狼的小脑袋突然闪过一个有点可笑的念头,想必喜剧应该在苇名国相当的受欢迎……?
毕竟苇名的世事是如此的艰难,睁开双眼,还有比眼前一切更加差劲的吗?
“唉,听说了吗?关白大人百万大军已经拿下了小田原城!北条家几乎全族尽没啊!”
“吹什么牛!呵呵,我的哥可是跟着鬼庭形部大人的足轻头,听他说讲,根本没有那么多人,百万不过诈称,依我看,关白此次倾尽天下之兵讨伐北条,也不过二十万三十万之众罢了!”
在酒馆内几个足轻打扮的酒客半拉着脑袋挤在一张小桌子上谈论着实世。
“关白大人恐怕别挥师攻打我们苇名国,唉,我们还要服多久兵役?三郎他们都回家务农了,我们还要在这儿吃冷风,连杂粮饭团每天才两个!”
“谁知道呢?知足吧你!在苇名城当差服役起码每天还有两个饭团和一碗味增,回家务农?我们苇名这地方还有什么地方适合种田的?种田能有几个吃饱的?”

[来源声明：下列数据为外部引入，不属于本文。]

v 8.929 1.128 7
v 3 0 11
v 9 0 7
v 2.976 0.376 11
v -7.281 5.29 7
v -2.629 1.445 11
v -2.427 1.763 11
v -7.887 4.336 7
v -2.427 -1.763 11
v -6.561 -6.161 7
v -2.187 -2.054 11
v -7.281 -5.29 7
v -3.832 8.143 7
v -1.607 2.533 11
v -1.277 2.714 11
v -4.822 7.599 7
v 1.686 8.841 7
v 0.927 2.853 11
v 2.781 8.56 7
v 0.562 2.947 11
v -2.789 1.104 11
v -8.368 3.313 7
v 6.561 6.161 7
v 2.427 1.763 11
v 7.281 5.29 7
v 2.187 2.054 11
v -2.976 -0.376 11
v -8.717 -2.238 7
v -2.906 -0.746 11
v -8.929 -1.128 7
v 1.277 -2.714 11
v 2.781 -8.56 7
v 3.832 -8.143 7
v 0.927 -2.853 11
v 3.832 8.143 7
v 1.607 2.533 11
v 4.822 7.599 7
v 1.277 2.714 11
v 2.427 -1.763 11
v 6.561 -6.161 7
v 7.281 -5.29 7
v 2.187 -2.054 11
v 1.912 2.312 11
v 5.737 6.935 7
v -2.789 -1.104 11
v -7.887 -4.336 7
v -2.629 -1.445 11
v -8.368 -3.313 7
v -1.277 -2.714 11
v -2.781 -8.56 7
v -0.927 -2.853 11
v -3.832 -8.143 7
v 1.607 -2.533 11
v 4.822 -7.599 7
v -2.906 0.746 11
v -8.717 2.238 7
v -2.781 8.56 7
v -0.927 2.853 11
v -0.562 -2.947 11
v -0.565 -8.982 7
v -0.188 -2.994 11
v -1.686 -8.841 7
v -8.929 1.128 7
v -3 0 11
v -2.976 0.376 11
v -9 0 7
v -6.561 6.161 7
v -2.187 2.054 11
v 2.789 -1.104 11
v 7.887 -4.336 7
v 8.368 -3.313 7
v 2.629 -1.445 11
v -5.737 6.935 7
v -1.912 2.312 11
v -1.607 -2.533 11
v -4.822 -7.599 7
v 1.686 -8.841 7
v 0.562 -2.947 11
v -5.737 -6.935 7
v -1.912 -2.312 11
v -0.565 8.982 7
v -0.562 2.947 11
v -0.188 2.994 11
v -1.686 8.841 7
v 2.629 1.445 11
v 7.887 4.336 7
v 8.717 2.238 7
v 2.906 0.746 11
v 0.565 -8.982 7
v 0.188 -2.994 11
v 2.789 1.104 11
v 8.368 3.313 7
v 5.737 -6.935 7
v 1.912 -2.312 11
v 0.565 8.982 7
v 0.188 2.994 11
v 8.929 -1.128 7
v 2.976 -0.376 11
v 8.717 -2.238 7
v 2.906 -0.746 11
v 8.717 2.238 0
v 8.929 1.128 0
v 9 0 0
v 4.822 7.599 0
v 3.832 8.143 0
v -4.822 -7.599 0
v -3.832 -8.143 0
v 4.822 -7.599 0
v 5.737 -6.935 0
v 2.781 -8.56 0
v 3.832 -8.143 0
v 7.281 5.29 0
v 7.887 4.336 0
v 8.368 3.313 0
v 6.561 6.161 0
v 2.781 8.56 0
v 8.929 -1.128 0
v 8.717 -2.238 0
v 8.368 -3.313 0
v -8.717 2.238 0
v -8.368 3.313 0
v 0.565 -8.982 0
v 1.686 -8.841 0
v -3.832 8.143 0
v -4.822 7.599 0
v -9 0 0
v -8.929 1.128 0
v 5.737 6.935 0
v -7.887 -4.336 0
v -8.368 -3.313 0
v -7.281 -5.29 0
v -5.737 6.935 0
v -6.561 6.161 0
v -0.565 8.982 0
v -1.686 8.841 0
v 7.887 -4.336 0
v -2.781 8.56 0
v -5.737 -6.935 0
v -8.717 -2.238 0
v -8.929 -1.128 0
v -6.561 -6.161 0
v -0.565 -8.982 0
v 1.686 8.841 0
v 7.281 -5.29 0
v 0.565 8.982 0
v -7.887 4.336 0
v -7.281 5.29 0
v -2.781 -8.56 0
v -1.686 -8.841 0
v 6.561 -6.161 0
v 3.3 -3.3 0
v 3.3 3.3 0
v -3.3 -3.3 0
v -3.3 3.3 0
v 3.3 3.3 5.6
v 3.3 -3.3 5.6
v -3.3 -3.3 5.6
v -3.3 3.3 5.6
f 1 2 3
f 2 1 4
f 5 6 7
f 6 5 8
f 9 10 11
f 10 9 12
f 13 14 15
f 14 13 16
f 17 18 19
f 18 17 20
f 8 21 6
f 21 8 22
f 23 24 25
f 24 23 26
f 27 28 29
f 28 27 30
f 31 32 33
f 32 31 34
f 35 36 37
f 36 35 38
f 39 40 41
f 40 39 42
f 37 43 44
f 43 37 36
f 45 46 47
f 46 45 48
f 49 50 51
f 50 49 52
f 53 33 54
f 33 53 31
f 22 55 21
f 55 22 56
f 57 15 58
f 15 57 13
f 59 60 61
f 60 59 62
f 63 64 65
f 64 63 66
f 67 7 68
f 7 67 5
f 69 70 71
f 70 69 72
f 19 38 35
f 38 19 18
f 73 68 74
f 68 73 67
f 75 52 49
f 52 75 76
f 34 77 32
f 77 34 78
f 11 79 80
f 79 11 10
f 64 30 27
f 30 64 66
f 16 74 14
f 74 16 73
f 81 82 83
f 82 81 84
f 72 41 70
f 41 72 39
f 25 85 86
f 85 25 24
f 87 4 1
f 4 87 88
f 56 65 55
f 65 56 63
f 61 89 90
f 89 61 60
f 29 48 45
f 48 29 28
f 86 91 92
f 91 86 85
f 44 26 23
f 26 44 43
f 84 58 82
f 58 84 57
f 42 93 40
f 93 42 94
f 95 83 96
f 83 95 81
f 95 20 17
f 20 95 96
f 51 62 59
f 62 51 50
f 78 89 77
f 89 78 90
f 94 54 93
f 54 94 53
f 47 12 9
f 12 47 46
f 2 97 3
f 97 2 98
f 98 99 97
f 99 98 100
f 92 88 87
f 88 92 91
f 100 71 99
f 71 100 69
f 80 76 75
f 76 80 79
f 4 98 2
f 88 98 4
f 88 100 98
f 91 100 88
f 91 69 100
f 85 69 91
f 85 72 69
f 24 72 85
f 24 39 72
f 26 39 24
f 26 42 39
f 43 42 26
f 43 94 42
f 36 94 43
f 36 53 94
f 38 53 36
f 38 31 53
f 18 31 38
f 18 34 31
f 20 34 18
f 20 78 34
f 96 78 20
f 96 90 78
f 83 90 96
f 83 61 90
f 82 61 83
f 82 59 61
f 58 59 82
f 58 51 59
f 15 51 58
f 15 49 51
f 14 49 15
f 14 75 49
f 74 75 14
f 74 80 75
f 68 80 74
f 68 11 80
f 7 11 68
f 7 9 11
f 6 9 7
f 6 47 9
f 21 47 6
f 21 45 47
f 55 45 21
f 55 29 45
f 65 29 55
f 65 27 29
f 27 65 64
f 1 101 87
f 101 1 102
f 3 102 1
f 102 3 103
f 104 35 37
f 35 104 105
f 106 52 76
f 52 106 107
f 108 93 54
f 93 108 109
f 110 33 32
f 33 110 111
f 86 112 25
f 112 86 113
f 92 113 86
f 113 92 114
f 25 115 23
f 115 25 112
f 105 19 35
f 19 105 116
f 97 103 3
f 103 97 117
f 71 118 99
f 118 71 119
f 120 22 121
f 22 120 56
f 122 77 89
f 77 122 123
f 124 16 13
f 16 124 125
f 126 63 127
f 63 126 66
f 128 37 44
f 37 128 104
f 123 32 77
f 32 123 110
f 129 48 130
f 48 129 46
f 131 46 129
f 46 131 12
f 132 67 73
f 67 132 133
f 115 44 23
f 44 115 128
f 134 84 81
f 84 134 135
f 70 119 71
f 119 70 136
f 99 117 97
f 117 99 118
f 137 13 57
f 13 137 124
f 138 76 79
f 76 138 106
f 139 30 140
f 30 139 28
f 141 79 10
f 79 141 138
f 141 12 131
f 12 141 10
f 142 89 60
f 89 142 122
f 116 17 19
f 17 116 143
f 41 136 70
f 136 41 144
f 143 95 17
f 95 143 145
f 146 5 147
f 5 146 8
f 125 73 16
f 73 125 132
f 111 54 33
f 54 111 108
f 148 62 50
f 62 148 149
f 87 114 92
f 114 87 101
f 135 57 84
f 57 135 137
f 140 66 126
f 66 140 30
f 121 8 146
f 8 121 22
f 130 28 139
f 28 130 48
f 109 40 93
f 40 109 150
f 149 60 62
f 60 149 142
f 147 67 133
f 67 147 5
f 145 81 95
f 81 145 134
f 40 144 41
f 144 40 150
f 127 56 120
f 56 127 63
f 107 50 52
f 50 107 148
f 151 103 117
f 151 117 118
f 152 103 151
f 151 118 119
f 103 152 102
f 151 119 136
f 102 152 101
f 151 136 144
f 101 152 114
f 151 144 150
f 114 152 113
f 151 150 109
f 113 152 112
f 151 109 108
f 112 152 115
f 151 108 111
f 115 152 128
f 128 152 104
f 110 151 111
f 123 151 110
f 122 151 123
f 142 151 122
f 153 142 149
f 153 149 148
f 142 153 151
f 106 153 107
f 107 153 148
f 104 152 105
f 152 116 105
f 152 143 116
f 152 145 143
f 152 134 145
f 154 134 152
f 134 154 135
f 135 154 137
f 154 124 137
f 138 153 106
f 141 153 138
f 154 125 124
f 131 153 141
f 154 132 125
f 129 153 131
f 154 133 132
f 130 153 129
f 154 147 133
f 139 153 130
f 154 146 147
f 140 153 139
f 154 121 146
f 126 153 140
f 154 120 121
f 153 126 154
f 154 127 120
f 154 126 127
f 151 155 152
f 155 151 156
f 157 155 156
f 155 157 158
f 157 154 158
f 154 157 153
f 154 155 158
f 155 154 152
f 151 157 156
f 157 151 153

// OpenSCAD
difference() {
  union() {
    cylinder(h = 7, r = 9);
    translate([0, 0, 7]) {
      intersection() {
        cylinder(h = 6, r1 = 9, r2 = 0);
        cylinder(h = 4, r = 9);
      }
    }
  }
  translate([-3.3, -3.3, -0.2]) {
    cube([6.6, 6.6, 5.8]);
  }
}
$fn = 50;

那个头戴着阵笠不断散发着悲观情绪的足轻拿起木质酒碗重重喝了一口,“我也就说说麽,老兄,不过你看这天下……”
他似乎是对接下来自己要说的话有些畏惧,但看着满屋都是病殃殃萎靡不振来买醉的家伙,加上酒精的作用,还是悠悠地开口继续说到。
“我听山下给平田家看管农民的一个地头说,在关白大人修建的大阪城,一个普通农民去界町做工干最普通的体力活,一个月都也能拿到一百永乐钱!”
“这可比我们这穷乡下好太多了!我都想……”
“好了!你这个巴嘎!还要继续说下去吗?快点住嘴,喝酒喝酒!”
他的同伴连忙伸手打了他的脑袋,示意他不要再说下去。
见此状况,他也只得悻悻闭嘴,今年为了苇名国流失人口,听说少主弦一郎大人是严禁了所有本地人出境。
只有一些胆子大的商人,才敢偷偷离开苇名的深山,前往外地走私与进口外界的商品。
虽然对此,苇名城也是睁一只眼闭一只眼。
毕竟苇名国已经穷到了连国内一个成规模的商町都没,更别说座行了。
就是外界的商人们也相当的嫌弃苇名,谁不知道东瀛六十七国,唯独苇名这个地方水土清奇万分。
连猴子都能持着太刀砍杀弱小的商队与落单的人类,这自然基本断绝了外来个体户入住苇名的路子。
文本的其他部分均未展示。